- **Requirement**
Nothing past the line containing "Line((21.317917221, 2.669106944), (9.482082779, 2.669106944))" belongs in the output. Copy exactly every line of the data below from the first up to and including it.

━━ Materials provided ━━

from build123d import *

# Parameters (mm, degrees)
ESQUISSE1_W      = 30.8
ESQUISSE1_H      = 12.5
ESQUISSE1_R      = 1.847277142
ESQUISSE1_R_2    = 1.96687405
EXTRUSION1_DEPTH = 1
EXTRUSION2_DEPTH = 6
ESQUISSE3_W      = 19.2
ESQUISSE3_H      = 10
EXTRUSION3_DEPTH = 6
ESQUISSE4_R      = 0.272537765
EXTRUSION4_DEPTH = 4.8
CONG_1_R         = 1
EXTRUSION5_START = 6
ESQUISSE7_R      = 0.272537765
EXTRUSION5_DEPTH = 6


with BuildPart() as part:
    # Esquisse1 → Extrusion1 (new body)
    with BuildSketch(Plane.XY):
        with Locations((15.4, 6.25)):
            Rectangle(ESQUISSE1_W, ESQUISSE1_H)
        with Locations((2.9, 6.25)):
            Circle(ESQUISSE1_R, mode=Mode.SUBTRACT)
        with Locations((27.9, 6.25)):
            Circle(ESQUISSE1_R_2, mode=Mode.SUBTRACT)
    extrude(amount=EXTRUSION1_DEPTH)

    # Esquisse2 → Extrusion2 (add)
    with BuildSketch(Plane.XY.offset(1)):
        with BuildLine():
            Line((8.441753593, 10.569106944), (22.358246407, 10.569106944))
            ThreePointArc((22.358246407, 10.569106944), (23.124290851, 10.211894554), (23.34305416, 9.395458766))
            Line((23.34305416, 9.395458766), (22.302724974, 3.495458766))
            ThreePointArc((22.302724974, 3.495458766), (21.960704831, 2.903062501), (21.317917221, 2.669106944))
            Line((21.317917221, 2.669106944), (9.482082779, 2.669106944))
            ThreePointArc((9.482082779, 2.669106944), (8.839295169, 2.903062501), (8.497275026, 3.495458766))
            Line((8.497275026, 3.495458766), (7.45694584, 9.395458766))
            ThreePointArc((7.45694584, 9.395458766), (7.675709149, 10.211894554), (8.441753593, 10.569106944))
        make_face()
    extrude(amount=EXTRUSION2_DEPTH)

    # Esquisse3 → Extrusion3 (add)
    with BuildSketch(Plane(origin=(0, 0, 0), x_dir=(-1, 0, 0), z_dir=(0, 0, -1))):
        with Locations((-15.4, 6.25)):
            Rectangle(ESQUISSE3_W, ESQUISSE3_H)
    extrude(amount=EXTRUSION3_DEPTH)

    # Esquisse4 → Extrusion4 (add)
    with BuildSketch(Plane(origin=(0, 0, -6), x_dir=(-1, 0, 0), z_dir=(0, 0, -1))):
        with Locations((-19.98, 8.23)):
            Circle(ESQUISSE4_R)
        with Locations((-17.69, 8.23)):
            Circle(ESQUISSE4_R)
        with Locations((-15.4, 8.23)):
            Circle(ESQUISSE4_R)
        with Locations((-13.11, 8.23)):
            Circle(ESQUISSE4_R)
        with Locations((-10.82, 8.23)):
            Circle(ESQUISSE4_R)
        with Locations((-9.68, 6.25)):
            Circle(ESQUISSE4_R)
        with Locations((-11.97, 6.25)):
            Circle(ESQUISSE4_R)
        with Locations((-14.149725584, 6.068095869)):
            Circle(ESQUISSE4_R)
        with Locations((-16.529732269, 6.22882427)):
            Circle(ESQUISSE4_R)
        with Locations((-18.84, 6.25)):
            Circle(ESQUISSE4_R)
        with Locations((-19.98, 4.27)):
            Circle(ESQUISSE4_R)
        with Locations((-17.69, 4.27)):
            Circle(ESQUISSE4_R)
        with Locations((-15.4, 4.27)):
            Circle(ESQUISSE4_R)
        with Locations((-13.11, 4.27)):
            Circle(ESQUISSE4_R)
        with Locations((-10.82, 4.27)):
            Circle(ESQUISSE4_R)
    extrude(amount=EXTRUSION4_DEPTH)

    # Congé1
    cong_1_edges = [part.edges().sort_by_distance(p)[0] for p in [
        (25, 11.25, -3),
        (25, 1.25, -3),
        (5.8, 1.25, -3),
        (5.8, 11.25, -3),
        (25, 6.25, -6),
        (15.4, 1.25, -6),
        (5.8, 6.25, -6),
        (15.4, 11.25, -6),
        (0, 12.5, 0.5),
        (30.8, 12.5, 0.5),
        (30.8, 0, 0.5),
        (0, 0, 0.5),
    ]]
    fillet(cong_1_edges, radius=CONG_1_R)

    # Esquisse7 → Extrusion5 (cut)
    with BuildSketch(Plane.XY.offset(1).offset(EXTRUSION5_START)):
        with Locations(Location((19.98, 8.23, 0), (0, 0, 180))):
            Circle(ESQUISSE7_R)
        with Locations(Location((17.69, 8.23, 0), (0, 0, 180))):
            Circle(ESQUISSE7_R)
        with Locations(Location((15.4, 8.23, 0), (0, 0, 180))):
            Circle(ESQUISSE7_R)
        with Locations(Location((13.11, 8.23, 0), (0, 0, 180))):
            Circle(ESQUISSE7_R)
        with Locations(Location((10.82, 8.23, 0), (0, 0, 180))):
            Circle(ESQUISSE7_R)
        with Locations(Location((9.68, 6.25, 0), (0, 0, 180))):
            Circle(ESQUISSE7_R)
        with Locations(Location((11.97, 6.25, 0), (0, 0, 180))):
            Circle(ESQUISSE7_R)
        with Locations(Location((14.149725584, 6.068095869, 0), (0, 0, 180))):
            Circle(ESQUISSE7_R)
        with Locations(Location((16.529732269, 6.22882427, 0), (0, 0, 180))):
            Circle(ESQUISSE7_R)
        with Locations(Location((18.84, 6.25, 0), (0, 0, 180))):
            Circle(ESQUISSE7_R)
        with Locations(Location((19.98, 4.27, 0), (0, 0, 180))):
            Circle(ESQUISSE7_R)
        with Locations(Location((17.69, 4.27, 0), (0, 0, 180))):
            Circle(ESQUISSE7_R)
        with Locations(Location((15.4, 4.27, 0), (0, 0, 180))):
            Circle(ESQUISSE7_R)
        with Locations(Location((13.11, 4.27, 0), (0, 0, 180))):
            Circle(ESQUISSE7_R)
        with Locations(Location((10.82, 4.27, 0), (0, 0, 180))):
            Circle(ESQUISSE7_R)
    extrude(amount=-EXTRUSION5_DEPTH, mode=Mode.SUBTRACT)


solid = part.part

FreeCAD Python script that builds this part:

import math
import FreeCAD as App
import Part
import Sketcher
from FreeCAD import Vector
Q = App.Units.Quantity


def edges_at(feature, points):
    """Names of the edges that pass closest to the given points."""
    edges = feature.Shape.Edges
    near = lambda p: min(range(len(edges)), key=lambda i: edges[i].distToShape(Part.Vertex(*p))[0])
    return sorted({f"Edge{near(p) + 1}" for p in points})

doc = App.newDocument("Part")
params = doc.addObject("Spreadsheet::Sheet", "Params")
for row, (alias, value) in enumerate([
    ("sketch1_width", "30.8 mm"),
    ("sketch1_height", "12.5 mm"),
    ("pad1_length", "1 mm"),
    ("sketch2_radius", "1 mm"),
    ("pad2_length", "6 mm"),
    ("sketch3_height", "10 mm"),
    ("sketch3_width", "19.2 mm"),
    ("pad3_length", "6 mm"),
    ("pad4_length", "4.8 mm"),
    ("fillet_radius", "1 mm"),
    ("pocket1_length", "6 mm"),
], start=1):
    params.set(f"A{row}", alias)
    params.set(f"B{row}", "=" + value)
    params.setAlias(f"B{row}", alias)

body = doc.addObject("PartDesign::Body", "Body")

sketch1 = doc.addObject("Sketcher::SketchObject", "Sketch")
body.addObject(sketch1)
sketch1.AttachmentSupport = (doc.XY_Plane, [""])
sketch1.MapMode = "FlatFace"
sketch1.addGeometry(Part.LineSegment(Vector(0, 12.5, 0), Vector(0, 0, 0)), False)
sketch1.addGeometry(Part.LineSegment(Vector(0, 0, 0), Vector(30.8, 0, 0)), False)
sketch1.addGeometry(Part.LineSegment(Vector(30.8, 0, 0), Vector(30.8, 12.5, 0)), False)
sketch1.addGeometry(Part.LineSegment(Vector(30.8, 12.5, 0), Vector(0, 12.5, 0)), False)
sketch1.addGeometry(Part.Circle(Vector(2.9, 6.2, 0), Vector(0, 0, 1), 1.8), False)
sketch1.addGeometry(Part.Circle(Vector(27.9, 6.2, 0), Vector(0, 0, 1), 2), False)
sketch1.addConstraint(Sketcher.Constraint("Coincident", 0, 2, 1, 1))
sketch1.addConstraint(Sketcher.Constraint("Coincident", 1, 2, 2, 1))
sketch1.addConstraint(Sketcher.Constraint("Coincident", 2, 2, 3, 1))
sketch1.addConstraint(Sketcher.Constraint("Coincident", 3, 2, 0, 1))
sketch1.addConstraint(Sketcher.Constraint("Vertical", 0))
sketch1.addConstraint(Sketcher.Constraint("Horizontal", 1))
sketch1.addConstraint(Sketcher.Constraint("Vertical", 2))
sketch1.addConstraint(Sketcher.Constraint("Horizontal", 3))
sketch1.addConstraint(Sketcher.Constraint("Coincident", 0, 2, -1, 1))
sketch1.addConstraint(Sketcher.Constraint("Horizontal", 4, 3, 5, 3))
sketch1.addConstraint(Sketcher.Constraint("DistanceX", 1, 1, 1, 2, Q("30.8 mm")))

━━━

- **Exercise response**
from build123d import *

# Parameters (mm, degrees)
ESQUISSE1_W      = 30.8
ESQUISSE1_H      = 12.5
ESQUISSE1_R      = 1.847277142
ESQUISSE1_R_2    = 1.96687405
EXTRUSION1_DEPTH = 1
EXTRUSION2_DEPTH = 6
ESQUISSE3_W      = 19.2
ESQUISSE3_H      = 10
EXTRUSION3_DEPTH = 6
ESQUISSE4_R      = 0.272537765
EXTRUSION4_DEPTH = 4.8
CONG_1_R         = 1
EXTRUSION5_START = 6
ESQUISSE7_R      = 0.272537765
EXTRUSION5_DEPTH = 6


with BuildPart() as part:
    # Esquisse1 → Extrusion1 (new body)
    with BuildSketch(Plane.XY):
        with Locations((15.4, 6.25)):
            Rectangle(ESQUISSE1_W, ESQUISSE1_H)
        with Locations((2.9, 6.25)):
            Circle(ESQUISSE1_R, mode=Mode.SUBTRACT)
        with Locations((27.9, 6.25)):
            Circle(ESQUISSE1_R_2, mode=Mode.SUBTRACT)
    extrude(amount=EXTRUSION1_DEPTH)

    # Esquisse2 → Extrusion2 (add)
    with BuildSketch(Plane.XY.offset(1)):
        with BuildLine():
            Line((8.441753593, 10.569106944), (22.358246407, 10.569106944))
            ThreePointArc((22.358246407, 10.569106944), (23.124290851, 10.211894554), (23.34305416, 9.395458766))
            Line((23.34305416, 9.395458766), (22.302724974, 3.495458766))
            ThreePointArc((22.302724974, 3.495458766), (21.960704831, 2.903062501), (21.317917221, 2.669106944))
            Line((21.317917221, 2.669106944), (9.482082779, 2.669106944))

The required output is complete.